(Records from a dataset)
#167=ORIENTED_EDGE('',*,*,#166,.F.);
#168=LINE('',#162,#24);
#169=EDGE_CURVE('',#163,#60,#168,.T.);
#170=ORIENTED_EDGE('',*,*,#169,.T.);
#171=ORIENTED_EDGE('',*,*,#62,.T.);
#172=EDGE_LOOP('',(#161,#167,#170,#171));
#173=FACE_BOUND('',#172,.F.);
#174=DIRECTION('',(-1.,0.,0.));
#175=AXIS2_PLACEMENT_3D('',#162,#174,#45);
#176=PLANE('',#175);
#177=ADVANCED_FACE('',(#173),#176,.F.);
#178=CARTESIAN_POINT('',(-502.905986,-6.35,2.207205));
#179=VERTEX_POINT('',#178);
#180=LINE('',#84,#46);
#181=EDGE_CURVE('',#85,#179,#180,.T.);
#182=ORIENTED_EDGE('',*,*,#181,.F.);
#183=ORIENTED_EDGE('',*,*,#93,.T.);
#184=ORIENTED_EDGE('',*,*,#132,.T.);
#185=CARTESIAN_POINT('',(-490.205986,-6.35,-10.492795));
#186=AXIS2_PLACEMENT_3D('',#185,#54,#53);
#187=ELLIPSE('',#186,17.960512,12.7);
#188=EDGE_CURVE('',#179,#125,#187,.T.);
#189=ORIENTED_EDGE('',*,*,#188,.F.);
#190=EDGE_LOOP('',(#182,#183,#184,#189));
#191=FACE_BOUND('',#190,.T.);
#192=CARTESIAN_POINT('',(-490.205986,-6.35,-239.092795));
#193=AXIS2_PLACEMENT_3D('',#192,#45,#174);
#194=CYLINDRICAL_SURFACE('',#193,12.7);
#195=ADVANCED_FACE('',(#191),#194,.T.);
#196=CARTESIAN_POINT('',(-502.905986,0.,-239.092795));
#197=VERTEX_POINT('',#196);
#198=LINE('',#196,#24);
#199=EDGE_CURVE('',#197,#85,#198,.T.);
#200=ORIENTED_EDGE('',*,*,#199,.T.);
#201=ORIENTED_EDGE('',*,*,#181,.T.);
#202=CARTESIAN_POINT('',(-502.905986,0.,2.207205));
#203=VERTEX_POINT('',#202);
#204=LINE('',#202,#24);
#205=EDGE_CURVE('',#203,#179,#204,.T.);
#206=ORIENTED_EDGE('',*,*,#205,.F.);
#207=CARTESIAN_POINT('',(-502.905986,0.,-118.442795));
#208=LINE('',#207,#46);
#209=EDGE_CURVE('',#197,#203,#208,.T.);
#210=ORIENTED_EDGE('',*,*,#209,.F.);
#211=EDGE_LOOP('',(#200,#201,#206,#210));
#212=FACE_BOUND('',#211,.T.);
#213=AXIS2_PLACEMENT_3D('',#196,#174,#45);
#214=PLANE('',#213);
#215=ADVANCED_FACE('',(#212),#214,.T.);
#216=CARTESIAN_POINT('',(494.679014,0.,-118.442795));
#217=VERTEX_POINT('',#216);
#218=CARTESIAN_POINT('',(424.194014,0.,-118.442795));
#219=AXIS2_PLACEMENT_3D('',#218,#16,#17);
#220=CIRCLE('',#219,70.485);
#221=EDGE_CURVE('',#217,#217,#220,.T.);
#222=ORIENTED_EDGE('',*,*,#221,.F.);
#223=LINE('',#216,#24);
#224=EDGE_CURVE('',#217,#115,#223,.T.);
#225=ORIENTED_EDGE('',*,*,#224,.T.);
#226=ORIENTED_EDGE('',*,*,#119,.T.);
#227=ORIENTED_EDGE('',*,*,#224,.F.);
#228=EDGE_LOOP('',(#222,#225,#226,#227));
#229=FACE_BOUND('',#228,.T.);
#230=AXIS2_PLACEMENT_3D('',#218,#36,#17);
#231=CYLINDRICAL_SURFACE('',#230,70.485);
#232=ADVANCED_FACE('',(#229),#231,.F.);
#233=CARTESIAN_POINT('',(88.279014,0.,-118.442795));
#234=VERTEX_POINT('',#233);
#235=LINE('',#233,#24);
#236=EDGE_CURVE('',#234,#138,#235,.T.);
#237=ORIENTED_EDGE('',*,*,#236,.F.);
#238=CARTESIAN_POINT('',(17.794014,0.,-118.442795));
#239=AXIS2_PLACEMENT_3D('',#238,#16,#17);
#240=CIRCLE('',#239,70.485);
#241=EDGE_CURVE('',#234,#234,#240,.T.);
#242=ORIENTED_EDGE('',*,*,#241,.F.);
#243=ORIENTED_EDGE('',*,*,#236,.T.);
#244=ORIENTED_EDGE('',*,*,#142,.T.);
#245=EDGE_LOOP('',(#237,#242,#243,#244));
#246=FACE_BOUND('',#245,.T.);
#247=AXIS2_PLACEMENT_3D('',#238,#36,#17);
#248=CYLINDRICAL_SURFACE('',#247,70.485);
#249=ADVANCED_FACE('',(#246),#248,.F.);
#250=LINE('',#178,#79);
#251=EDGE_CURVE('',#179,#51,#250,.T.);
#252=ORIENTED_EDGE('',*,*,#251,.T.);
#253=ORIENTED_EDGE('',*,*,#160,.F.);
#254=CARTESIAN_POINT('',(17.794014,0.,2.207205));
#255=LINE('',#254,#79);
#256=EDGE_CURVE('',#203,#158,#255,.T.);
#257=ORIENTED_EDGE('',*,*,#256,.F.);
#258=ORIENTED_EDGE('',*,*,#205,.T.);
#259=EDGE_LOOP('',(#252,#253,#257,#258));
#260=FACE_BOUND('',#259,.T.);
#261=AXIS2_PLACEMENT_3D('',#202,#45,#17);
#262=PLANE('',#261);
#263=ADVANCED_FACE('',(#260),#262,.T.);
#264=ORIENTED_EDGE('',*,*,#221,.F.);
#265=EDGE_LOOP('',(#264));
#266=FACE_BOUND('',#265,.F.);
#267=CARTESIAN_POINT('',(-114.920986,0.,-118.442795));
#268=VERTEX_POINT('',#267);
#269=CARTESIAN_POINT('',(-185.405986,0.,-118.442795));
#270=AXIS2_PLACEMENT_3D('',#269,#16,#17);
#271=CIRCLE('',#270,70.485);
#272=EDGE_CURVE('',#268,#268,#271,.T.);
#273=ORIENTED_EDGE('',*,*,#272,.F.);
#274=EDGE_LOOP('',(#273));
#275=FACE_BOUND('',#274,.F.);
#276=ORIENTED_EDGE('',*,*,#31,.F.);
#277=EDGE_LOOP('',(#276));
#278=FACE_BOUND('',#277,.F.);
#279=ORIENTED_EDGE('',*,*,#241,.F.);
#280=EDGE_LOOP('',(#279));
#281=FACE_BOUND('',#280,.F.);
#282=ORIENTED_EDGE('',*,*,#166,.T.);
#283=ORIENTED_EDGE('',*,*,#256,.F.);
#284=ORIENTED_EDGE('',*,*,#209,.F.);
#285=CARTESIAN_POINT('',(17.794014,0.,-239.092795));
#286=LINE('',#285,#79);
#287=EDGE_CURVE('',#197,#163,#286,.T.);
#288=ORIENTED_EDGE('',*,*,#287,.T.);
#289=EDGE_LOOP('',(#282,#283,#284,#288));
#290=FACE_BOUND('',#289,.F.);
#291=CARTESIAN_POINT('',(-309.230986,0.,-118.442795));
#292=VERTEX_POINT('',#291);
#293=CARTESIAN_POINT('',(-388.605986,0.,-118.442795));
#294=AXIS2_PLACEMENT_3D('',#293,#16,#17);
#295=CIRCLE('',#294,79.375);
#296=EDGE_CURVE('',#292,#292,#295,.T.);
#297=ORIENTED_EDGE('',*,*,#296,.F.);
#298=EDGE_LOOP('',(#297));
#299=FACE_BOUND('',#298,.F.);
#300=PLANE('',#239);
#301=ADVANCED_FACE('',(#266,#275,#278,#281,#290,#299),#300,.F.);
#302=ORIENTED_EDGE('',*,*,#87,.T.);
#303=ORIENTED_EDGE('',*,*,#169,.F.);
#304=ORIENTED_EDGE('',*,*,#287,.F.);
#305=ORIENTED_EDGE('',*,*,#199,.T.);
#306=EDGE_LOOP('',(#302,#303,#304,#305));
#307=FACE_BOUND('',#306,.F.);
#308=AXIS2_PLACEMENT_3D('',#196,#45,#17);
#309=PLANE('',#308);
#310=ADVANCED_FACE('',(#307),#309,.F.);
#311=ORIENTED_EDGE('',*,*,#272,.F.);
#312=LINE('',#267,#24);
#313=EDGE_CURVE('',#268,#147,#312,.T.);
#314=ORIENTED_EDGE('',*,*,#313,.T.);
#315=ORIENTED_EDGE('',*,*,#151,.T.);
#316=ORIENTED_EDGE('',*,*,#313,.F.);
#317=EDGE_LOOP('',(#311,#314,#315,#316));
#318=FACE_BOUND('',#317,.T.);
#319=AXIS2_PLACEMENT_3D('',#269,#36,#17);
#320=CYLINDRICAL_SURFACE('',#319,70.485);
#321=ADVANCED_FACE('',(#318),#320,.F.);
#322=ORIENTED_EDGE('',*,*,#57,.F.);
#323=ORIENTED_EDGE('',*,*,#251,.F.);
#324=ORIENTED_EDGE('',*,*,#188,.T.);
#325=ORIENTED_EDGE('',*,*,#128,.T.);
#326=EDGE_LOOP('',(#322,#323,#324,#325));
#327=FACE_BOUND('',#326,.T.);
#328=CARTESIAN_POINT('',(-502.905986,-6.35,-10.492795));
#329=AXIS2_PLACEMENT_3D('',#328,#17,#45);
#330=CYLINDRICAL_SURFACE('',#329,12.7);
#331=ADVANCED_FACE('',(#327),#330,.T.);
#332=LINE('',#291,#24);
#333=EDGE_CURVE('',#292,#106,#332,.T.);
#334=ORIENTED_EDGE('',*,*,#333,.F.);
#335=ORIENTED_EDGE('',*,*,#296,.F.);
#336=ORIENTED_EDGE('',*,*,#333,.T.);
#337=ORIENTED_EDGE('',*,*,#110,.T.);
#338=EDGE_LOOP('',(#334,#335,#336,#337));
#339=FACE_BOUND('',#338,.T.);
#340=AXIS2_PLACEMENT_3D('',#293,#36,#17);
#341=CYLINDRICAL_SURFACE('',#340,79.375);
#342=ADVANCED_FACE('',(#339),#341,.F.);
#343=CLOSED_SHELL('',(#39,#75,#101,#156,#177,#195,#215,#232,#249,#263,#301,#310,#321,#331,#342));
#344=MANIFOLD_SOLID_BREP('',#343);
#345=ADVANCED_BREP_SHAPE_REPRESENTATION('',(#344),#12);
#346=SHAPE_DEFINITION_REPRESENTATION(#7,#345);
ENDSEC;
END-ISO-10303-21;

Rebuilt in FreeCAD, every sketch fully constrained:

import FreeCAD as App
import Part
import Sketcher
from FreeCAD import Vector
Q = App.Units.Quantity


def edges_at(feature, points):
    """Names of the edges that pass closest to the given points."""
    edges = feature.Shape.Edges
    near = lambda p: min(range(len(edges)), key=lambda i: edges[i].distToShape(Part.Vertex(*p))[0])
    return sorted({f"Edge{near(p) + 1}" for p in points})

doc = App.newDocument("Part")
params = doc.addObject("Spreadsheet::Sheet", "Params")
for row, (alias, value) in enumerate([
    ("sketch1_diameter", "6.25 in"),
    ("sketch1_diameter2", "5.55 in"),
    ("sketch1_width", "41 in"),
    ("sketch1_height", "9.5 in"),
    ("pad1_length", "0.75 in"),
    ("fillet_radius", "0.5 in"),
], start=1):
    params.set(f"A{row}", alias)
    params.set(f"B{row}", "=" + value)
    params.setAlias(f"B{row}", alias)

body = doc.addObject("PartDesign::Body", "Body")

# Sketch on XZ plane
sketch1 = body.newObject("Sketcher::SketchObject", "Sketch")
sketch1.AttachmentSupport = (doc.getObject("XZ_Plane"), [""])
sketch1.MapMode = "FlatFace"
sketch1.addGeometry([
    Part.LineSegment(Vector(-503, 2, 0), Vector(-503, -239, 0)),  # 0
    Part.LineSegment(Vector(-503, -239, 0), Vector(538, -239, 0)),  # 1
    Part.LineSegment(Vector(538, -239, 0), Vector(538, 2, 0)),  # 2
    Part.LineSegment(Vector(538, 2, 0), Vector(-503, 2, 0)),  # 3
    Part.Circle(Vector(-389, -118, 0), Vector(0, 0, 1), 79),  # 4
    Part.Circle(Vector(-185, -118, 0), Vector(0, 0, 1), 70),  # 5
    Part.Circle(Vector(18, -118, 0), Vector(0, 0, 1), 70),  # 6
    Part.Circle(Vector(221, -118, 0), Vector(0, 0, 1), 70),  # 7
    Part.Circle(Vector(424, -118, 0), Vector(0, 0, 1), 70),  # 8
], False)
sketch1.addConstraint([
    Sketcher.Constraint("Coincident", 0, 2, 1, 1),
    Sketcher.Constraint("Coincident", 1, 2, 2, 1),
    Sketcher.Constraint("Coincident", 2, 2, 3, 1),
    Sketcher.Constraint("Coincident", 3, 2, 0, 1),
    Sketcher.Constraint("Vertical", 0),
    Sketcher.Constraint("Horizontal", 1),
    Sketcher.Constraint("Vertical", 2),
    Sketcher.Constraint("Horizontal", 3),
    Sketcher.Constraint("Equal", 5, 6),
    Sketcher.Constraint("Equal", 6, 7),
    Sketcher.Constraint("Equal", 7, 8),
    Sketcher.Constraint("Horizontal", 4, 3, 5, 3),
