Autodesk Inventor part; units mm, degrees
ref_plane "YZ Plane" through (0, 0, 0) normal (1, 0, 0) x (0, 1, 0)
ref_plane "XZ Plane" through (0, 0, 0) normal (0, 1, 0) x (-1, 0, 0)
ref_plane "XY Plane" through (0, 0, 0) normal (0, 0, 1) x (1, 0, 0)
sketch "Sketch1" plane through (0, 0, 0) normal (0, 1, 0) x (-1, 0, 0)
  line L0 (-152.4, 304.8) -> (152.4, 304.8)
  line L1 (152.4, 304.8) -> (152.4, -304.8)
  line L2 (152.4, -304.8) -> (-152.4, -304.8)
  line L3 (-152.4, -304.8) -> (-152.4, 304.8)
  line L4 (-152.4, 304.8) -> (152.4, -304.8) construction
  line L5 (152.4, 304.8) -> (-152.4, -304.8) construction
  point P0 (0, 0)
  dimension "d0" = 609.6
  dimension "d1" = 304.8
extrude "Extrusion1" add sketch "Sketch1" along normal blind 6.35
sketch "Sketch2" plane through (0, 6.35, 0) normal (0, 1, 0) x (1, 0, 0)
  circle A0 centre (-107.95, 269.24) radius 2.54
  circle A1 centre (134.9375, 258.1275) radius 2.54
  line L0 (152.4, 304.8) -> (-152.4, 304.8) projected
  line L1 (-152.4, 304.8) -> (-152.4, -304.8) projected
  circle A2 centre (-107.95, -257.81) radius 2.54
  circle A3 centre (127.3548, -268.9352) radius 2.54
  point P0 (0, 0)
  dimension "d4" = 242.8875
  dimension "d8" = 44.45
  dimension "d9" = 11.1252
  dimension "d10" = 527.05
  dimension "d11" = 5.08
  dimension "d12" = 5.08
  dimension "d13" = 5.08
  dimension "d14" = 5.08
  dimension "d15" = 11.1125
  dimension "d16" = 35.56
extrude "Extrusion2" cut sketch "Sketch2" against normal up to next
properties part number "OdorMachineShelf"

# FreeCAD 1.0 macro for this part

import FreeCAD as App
import Part
import Sketcher

V = App.Vector
Q = App.Units.Quantity

doc = App.newDocument("Part")
body = doc.addObject("PartDesign::Body", "Body")

sketch1 = body.newObject("Sketcher::SketchObject", "Sketch")
sketch1.AttachmentSupport = (doc.getObject("XZ_Plane"), [""])
sketch1.MapMode = "FlatFace"
sketch1.addGeometry(Part.LineSegment(V(-152.4, 304.8, 0), V(152.4, 304.8, 0)), False)
sketch1.addGeometry(Part.LineSegment(V(152.4, 304.8, 0), V(152.4, -304.8, 0)), False)
sketch1.addGeometry(Part.LineSegment(V(152.4, -304.8, 0), V(-152.4, -304.8, 0)), False)
sketch1.addGeometry(Part.LineSegment(V(-152.4, -304.8, 0), V(-152.4, 304.8, 0)), False)
sketch1.addConstraint(Sketcher.Constraint("Coincident", 0, 2, 1, 1))
sketch1.addConstraint(Sketcher.Constraint("Coincident", 1, 2, 2, 1))
sketch1.addConstraint(Sketcher.Constraint("Coincident", 2, 2, 3, 1))
sketch1.addConstraint(Sketcher.Constraint("Coincident", 3, 2, 0, 1))
sketch1.addConstraint(Sketcher.Constraint("Horizontal", 0))
sketch1.addConstraint(Sketcher.Constraint("Vertical", 1))
sketch1.addConstraint(Sketcher.Constraint("Horizontal", 2))
sketch1.addConstraint(Sketcher.Constraint("Vertical", 3))
sketch1.addConstraint(Sketcher.Constraint("Symmetric", 0, 2, 2, 2, -1, 1))
sketch1.addConstraint(Sketcher.Constraint("DistanceX", 0, 1, 0, 2, Q("12 in")))
sketch1.addConstraint(Sketcher.Constraint("DistanceY", 1, 2, 1, 1, Q("24 in")))
pad1 = body.newObject("PartDesign::Pad", "Pad")
pad1.Profile = sketch1
pad1.Length = Q("0.25 in")
pad1.Reversed = True

sketch2 = body.newObject("Sketcher::SketchObject", "Sketch001")
sketch2.AttachmentSupport = (doc.getObject("XZ_Plane"), [""])
sketch2.MapMode = "FlatFace"
sketch2.AttachmentOffset = App.Placement(V(0, 0, -0.25 * 25.4), App.Rotation())
sketch2.addGeometry(Part.Circle(V(-107.95, -269.24, 0), V(0, 0, 1), 2.54), False)
sketch2.addGeometry(Part.Circle(V(134.9375, -258.1275, 0), V(0, 0, 1), 2.54), False)
sketch2.addGeometry(Part.Circle(V(-107.95, 257.81, 0), V(0, 0, 1), 2.54), False)
sketch2.addGeometry(Part.Circle(V(127.3548, 268.9352, 0), V(0, 0, 1), 2.54), False)
sketch2.addConstraint(Sketcher.Constraint("Equal", 0, 1))
sketch2.addConstraint(Sketcher.Constraint("Equal", 1, 2))
sketch2.addConstraint(Sketcher.Constraint("Equal", 2, 3))
sketch2.addConstraint(Sketcher.Constraint("Vertical", 0, 3, 2, 3))
sketch2.addConstraint(Sketcher.Constraint("Diameter", 0, Q("0.2 in")))
sketch2.addConstraint(Sketcher.Constraint("DistanceY", 0, 3, 2, 3, Q("20.75 in")))
sketch2.addConstraint(Sketcher.Constraint("DistanceX", 0, 3, 1, 3, Q("9.5625 in")))
sketch2.addConstraint(Sketcher.Constraint("DistanceY", 0, 3, 1, 3, Q("0.4375 in")))
sketch2.addConstraint(Sketcher.Constraint("DistanceY", 2, 3, 3, 3, Q("0.438 in")))
sketch2.addConstraint(Sketcher.Constraint("DistanceY", 0, 3, -1, 1, Q("10.6 in")))
sketch2.addConstraint(Sketcher.Constraint("DistanceX", 0, 3, -1, 1, Q("4.25 in")))
sketch2.addConstraint(Sketcher.Constraint("DistanceX", -1, 1, 3, 3, 127.3548))
pocket1 = body.newObject("PartDesign::Pocket", "Pocket")
pocket1.Profile = sketch2
pocket1.Length = Q("0.25 in")
pocket1.Reversed = True

doc.recompute()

WORK TO BE COMPLETED → Every line from the line containing "#211=EDGE_LOOP('',(#200,#201,#206,#210));" through the line containing "#230=AXIS2_PLACEMENT_3D('',#218,#36,#17);" in the records above must be retyped exactly. Leave out the rest.

YOUR RESPONSE →
#211=EDGE_LOOP('',(#200,#201,#206,#210));
#212=FACE_BOUND('',#211,.T.);
#213=AXIS2_PLACEMENT_3D('',#196,#174,#45);
#214=PLANE('',#213);
#215=ADVANCED_FACE('',(#212),#214,.T.);
#216=CARTESIAN_POINT('',(494.679014,0.,-118.442795));
#217=VERTEX_POINT('',#216);
#218=CARTESIAN_POINT('',(424.194014,0.,-118.442795));
#219=AXIS2_PLACEMENT_3D('',#218,#16,#17);
#220=CIRCLE('',#219,70.485);
#221=EDGE_CURVE('',#217,#217,#220,.T.);
#222=ORIENTED_EDGE('',*,*,#221,.F.);
#223=LINE('',#216,#24);
#224=EDGE_CURVE('',#217,#115,#223,.T.);
#225=ORIENTED_EDGE('',*,*,#224,.T.);
#226=ORIENTED_EDGE('',*,*,#119,.T.);
#227=ORIENTED_EDGE('',*,*,#224,.F.);
#228=EDGE_LOOP('',(#222,#225,#226,#227));
#229=FACE_BOUND('',#228,.T.);
#230=AXIS2_PLACEMENT_3D('',#218,#36,#17);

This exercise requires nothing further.